**ACTIVITY:** Each line below either holds the string "Polygon" or doesn't. Count those that do and give only the number.

DATA section start

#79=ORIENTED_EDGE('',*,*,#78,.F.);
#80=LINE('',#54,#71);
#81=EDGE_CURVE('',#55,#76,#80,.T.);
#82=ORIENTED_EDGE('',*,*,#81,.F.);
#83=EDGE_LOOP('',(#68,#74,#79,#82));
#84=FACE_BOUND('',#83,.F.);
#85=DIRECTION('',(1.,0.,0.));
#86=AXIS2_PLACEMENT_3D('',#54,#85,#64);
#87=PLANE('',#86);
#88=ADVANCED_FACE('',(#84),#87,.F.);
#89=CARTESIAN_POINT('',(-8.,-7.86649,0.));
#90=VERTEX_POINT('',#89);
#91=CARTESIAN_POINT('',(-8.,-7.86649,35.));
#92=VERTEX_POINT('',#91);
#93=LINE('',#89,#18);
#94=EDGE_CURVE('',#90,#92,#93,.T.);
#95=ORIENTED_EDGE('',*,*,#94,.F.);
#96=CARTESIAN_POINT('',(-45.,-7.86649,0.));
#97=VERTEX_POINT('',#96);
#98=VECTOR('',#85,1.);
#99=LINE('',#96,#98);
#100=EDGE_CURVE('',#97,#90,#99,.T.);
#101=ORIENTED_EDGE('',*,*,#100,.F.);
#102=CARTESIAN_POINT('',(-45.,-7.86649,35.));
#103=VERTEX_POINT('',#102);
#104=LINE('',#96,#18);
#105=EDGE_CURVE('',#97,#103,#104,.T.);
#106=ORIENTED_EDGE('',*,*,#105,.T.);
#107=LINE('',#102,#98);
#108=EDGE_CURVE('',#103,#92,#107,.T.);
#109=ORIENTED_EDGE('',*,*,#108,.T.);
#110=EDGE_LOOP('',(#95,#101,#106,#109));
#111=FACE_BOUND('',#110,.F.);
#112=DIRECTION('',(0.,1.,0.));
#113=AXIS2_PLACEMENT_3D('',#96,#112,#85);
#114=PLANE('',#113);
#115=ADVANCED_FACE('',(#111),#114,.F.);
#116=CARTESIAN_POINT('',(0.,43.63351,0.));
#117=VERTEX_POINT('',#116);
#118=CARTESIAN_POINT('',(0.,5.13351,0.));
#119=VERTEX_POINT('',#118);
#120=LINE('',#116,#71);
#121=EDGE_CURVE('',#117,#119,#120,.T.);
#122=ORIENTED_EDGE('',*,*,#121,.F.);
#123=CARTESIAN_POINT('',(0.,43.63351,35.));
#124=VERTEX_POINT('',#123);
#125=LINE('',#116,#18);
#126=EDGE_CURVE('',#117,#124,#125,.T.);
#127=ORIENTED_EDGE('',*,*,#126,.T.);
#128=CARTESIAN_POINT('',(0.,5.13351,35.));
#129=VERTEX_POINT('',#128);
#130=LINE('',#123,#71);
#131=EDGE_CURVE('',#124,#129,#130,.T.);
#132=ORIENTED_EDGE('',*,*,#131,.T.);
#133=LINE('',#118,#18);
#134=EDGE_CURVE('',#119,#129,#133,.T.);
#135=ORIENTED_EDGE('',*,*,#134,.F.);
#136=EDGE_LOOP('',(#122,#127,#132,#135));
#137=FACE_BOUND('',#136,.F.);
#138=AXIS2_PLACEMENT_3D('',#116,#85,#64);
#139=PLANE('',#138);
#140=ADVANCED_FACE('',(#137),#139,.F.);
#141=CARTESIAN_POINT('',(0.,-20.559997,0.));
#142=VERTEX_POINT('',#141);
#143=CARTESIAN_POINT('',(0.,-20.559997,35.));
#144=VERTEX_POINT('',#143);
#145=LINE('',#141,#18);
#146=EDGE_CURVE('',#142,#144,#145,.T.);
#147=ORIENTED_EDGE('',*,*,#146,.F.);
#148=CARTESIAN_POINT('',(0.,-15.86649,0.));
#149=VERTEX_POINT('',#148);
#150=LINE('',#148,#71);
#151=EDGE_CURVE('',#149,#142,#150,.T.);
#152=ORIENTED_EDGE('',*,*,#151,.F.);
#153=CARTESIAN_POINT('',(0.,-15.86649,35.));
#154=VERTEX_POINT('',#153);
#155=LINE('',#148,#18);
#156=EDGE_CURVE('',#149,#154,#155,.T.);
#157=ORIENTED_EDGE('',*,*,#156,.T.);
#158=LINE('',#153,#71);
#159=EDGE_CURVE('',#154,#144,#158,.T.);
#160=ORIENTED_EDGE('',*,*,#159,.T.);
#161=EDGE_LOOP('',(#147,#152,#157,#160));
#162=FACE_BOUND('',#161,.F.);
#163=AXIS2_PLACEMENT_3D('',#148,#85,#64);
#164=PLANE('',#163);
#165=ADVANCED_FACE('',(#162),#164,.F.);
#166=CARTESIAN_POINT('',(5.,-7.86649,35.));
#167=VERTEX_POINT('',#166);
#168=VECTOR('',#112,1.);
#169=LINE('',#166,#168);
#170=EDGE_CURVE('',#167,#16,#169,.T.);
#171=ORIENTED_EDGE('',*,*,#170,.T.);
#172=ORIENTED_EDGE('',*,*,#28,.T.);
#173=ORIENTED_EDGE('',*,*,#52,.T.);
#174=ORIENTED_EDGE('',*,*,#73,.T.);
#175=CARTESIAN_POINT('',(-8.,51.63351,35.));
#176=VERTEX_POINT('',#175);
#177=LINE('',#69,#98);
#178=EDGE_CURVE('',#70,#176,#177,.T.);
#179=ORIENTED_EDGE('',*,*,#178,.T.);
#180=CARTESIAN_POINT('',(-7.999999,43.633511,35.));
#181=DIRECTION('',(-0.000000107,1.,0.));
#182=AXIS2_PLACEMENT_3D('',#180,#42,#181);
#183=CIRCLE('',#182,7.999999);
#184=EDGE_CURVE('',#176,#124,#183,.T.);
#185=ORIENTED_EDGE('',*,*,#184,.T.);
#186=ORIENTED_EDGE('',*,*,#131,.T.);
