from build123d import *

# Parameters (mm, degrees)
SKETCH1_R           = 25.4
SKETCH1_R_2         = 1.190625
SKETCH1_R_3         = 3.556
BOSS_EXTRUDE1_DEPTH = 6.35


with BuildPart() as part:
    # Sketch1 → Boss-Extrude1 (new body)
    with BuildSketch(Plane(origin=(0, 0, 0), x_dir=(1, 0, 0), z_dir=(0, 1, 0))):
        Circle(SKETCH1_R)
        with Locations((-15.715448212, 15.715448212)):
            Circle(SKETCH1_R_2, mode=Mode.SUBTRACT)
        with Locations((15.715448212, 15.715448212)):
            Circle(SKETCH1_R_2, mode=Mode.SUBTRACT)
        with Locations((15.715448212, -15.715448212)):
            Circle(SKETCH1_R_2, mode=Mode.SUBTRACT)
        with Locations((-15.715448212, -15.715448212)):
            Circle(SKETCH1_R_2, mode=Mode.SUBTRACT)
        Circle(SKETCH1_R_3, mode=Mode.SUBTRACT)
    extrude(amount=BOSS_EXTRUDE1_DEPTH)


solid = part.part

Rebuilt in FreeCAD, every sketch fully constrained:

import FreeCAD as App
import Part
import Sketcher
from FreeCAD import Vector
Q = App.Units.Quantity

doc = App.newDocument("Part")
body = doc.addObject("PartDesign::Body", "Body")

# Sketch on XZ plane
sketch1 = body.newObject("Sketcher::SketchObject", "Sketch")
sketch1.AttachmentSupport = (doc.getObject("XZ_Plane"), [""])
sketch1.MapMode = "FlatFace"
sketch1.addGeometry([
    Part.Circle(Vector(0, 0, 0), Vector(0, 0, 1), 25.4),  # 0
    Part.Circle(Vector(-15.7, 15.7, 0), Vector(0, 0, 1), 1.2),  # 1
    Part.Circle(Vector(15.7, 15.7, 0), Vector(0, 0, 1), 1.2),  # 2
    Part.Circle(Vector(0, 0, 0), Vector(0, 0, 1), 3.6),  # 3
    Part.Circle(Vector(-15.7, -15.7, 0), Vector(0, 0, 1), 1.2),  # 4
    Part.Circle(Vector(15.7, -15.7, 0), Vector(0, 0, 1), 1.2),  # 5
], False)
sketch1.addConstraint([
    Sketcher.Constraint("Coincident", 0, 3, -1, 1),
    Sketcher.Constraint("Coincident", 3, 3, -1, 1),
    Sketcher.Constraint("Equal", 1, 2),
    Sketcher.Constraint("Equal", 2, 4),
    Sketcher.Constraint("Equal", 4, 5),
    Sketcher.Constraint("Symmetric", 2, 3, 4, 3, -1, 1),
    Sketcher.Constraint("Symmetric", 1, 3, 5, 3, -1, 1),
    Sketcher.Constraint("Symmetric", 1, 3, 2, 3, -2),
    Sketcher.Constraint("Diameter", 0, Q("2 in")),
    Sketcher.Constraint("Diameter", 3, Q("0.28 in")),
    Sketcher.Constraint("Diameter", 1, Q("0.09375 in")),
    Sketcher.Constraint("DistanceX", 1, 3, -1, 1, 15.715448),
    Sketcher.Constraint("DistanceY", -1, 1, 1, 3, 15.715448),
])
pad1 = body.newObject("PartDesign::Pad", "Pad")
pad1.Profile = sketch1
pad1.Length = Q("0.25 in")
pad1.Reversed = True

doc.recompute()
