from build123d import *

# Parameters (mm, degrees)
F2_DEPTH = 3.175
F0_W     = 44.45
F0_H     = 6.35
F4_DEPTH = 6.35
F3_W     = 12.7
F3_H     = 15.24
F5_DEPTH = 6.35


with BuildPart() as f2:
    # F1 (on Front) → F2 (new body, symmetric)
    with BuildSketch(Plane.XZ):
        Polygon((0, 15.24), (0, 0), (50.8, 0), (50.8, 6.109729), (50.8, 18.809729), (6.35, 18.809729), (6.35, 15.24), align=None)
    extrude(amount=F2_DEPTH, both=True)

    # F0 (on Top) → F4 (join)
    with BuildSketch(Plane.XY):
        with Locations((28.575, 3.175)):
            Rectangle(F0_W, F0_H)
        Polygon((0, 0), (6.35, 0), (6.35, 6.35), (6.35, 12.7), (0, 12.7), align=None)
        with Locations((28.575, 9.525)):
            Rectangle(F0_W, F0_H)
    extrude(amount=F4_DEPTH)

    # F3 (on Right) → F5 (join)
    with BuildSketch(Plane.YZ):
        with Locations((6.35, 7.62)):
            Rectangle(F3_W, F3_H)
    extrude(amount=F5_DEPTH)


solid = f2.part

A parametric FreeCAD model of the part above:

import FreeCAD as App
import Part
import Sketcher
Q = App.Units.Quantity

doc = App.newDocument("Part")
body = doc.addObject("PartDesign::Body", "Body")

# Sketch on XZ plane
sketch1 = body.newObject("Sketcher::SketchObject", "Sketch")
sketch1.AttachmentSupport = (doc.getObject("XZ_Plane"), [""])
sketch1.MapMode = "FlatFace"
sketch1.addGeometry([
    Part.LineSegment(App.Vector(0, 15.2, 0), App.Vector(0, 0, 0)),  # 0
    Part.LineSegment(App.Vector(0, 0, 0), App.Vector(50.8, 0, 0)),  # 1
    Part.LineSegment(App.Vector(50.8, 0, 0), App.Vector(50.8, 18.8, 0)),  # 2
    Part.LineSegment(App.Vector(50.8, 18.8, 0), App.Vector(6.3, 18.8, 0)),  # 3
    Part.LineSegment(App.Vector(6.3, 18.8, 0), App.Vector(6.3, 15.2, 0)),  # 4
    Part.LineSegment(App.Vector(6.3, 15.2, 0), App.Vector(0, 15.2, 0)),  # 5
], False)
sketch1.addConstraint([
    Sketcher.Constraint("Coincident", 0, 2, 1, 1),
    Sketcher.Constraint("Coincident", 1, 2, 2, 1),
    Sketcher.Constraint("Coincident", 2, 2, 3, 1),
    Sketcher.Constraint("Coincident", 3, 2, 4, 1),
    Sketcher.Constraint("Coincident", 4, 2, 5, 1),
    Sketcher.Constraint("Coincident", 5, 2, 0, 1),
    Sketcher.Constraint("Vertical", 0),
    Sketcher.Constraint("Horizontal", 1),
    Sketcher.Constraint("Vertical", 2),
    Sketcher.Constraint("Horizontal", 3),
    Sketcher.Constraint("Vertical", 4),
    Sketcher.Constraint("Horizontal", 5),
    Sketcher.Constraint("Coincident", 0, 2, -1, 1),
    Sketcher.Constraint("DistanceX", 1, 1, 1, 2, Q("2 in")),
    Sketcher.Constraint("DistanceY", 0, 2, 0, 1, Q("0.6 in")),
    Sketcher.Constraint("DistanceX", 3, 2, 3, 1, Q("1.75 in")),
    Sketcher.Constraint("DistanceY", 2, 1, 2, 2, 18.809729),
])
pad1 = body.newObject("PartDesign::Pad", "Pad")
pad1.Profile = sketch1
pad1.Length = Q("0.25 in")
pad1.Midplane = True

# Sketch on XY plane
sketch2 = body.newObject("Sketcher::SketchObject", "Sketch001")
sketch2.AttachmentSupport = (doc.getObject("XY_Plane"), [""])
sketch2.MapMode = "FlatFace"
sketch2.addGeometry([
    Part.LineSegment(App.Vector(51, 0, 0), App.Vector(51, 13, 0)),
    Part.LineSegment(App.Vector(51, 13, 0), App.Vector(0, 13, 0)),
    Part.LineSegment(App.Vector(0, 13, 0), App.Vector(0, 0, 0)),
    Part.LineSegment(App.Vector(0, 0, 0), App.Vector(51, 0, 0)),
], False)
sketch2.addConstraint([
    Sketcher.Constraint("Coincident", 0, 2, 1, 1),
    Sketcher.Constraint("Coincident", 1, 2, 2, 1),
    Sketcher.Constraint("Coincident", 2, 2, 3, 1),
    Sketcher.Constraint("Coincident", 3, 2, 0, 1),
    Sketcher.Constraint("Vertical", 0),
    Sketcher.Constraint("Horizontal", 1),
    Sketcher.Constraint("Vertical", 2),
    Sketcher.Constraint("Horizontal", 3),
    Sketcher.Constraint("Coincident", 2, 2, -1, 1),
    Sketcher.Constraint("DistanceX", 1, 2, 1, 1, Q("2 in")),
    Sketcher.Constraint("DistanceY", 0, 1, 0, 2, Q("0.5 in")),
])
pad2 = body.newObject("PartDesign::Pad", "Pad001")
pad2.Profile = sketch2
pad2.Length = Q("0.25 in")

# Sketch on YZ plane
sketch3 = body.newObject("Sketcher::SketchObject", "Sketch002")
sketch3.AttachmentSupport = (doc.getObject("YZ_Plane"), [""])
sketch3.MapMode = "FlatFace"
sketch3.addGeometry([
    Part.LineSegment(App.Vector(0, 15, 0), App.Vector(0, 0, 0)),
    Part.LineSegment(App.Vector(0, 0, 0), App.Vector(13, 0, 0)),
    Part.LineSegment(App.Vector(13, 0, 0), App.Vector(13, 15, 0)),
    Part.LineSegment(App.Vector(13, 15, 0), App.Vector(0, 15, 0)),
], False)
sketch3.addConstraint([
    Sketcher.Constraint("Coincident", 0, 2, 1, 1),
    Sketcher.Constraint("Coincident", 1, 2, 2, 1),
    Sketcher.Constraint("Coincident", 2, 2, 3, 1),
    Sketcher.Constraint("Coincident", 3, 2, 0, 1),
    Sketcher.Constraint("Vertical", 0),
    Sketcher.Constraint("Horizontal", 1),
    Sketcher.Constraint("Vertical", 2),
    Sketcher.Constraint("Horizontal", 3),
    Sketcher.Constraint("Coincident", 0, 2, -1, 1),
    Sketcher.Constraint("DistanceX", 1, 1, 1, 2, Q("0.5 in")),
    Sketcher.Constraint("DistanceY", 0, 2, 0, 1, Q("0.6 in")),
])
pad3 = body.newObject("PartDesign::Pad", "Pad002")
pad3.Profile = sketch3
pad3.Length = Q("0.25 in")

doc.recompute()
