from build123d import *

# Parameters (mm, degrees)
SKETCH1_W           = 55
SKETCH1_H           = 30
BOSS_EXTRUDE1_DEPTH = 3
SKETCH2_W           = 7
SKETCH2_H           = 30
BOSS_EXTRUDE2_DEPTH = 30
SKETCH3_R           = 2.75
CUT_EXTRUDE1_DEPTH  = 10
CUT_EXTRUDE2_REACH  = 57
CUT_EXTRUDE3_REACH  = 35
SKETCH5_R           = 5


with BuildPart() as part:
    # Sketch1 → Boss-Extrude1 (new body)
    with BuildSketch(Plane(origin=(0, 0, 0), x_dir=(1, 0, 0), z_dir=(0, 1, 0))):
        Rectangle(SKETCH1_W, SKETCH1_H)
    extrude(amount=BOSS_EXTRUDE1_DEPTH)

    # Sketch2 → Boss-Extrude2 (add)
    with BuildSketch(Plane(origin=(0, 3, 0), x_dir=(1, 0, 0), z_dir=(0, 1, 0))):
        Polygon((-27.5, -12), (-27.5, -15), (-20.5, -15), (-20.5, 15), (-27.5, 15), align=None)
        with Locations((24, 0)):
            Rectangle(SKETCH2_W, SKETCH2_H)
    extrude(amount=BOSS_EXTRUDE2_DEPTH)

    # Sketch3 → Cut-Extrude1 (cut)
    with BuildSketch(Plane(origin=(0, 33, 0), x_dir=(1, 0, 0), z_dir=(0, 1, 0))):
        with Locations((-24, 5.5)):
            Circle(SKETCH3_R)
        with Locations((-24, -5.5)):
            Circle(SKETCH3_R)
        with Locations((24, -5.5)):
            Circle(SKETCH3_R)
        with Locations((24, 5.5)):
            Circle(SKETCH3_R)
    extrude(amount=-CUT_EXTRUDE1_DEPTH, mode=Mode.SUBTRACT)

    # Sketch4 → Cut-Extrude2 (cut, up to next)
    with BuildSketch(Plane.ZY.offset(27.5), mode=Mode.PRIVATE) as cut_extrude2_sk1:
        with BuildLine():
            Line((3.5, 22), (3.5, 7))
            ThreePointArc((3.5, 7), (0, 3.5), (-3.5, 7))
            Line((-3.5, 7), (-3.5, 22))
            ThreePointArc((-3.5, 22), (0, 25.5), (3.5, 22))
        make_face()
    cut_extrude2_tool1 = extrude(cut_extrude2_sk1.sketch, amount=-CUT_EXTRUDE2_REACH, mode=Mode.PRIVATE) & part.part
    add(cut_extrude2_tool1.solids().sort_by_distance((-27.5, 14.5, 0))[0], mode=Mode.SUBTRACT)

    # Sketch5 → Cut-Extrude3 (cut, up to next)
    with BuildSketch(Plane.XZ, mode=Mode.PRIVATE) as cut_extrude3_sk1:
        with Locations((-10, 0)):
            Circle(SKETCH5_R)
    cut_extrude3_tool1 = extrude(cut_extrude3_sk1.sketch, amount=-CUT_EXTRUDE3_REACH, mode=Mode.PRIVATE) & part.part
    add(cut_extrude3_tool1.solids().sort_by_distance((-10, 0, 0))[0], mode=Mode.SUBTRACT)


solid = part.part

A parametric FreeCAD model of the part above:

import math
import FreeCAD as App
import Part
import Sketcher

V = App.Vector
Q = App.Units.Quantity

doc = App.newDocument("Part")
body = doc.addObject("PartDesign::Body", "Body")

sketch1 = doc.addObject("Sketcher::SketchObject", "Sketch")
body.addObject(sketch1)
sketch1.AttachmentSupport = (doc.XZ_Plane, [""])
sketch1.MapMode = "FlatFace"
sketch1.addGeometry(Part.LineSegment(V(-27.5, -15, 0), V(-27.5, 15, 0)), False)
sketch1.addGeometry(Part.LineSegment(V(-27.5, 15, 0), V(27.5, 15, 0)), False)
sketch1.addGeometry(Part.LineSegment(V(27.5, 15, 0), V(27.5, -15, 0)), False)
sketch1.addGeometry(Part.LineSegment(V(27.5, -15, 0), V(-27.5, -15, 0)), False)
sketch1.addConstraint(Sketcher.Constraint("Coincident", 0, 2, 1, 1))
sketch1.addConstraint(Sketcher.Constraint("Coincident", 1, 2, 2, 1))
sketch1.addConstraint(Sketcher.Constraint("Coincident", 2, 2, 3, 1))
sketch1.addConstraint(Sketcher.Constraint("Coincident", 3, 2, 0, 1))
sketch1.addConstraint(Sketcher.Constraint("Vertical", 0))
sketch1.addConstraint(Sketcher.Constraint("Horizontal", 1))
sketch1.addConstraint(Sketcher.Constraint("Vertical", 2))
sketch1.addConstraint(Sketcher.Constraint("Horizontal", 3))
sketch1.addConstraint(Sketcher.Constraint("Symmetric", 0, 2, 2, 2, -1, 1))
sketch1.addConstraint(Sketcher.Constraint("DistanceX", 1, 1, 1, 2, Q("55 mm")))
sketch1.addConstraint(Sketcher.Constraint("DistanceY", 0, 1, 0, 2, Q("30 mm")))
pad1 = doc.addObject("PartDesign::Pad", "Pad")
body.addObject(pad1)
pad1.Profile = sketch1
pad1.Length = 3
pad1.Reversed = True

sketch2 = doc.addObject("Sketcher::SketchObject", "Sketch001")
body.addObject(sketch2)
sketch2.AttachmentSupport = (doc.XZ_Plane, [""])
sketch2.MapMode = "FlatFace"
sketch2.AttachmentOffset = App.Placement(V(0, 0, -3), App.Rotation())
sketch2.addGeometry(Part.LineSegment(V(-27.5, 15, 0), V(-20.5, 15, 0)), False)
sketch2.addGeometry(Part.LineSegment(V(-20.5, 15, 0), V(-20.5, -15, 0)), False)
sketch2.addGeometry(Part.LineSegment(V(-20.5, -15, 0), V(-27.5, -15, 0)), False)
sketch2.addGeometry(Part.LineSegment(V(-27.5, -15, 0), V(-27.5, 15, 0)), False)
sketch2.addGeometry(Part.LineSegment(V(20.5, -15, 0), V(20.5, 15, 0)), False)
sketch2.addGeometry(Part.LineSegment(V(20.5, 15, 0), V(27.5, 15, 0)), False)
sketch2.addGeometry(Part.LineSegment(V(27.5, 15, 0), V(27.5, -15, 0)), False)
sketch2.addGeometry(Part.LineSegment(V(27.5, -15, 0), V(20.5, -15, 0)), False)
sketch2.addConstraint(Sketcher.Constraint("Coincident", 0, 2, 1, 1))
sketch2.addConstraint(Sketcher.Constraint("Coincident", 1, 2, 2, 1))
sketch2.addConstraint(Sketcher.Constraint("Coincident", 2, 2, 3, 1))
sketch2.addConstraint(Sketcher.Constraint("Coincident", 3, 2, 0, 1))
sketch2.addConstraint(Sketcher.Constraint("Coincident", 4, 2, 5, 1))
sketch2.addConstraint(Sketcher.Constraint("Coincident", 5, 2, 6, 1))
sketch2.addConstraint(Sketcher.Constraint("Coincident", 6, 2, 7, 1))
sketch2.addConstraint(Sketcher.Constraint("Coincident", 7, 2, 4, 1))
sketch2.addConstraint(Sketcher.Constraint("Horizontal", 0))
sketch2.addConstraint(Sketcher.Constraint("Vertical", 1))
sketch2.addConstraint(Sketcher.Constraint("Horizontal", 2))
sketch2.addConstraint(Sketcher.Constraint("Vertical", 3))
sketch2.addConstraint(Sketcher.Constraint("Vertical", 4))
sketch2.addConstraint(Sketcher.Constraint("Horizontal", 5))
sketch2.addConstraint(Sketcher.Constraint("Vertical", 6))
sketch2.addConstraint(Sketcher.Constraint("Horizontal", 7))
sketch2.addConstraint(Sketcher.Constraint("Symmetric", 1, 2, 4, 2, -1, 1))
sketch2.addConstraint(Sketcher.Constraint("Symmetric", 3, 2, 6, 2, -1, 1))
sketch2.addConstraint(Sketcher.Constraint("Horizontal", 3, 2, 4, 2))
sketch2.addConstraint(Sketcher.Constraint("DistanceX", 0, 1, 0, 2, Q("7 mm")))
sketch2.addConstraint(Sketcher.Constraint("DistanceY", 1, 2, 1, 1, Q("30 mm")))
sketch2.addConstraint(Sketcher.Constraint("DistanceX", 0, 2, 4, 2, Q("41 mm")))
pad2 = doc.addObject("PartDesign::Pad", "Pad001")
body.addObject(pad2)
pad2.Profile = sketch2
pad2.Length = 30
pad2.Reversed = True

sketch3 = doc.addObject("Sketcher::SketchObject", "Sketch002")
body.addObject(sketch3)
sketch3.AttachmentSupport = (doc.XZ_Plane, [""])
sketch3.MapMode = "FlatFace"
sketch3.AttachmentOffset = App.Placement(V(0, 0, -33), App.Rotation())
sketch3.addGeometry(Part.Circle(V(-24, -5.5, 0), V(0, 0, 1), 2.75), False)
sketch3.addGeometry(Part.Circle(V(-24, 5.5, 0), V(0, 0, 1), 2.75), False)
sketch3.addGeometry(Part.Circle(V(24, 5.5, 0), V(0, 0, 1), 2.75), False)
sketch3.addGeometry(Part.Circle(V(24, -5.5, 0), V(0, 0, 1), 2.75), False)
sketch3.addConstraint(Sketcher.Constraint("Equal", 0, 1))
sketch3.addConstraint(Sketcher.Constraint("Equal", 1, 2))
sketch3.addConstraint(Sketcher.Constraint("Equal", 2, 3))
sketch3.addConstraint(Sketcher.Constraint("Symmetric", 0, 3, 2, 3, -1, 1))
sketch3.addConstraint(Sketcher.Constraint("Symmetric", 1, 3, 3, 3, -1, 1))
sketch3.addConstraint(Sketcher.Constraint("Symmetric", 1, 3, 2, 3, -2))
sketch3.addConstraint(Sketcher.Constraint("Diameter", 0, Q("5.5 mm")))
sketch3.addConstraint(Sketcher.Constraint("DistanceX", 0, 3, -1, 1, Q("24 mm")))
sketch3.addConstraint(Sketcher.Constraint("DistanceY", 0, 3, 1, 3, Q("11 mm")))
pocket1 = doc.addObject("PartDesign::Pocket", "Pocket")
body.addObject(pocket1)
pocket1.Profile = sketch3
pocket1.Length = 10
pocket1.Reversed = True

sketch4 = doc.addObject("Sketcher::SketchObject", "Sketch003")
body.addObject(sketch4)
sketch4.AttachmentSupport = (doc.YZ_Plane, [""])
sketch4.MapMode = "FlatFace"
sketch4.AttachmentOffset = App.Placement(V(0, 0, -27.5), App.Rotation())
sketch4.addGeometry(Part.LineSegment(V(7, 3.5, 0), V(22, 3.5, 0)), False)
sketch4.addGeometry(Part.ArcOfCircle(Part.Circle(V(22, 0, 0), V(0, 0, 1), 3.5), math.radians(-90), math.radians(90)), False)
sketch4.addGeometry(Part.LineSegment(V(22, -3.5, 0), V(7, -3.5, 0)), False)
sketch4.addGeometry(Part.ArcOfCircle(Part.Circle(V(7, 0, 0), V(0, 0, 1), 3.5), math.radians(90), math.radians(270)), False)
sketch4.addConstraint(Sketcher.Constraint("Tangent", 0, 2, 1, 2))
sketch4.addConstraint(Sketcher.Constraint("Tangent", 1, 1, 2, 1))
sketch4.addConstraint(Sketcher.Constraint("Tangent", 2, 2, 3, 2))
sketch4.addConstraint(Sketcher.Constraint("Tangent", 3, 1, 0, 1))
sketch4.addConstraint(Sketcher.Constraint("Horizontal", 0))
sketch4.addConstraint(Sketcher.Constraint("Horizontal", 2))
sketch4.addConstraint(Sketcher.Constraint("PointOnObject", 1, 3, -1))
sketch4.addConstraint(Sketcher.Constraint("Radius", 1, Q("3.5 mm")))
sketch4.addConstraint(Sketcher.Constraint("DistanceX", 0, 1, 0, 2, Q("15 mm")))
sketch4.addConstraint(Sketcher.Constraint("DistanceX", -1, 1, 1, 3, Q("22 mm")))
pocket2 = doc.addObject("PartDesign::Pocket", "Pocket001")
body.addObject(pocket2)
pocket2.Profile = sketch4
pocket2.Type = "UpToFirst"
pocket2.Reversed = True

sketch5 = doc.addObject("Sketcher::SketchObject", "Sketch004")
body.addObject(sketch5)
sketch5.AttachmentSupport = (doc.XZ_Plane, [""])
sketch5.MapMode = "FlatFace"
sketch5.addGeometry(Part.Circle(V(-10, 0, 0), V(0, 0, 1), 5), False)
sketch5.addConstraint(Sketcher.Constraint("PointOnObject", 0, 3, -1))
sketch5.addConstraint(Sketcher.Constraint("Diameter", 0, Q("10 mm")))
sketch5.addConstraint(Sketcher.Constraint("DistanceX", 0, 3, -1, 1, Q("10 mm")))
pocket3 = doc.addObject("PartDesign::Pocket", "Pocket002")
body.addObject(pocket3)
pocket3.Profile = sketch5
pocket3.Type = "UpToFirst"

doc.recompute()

DATA section end

**WORKED SOLUTION:** 3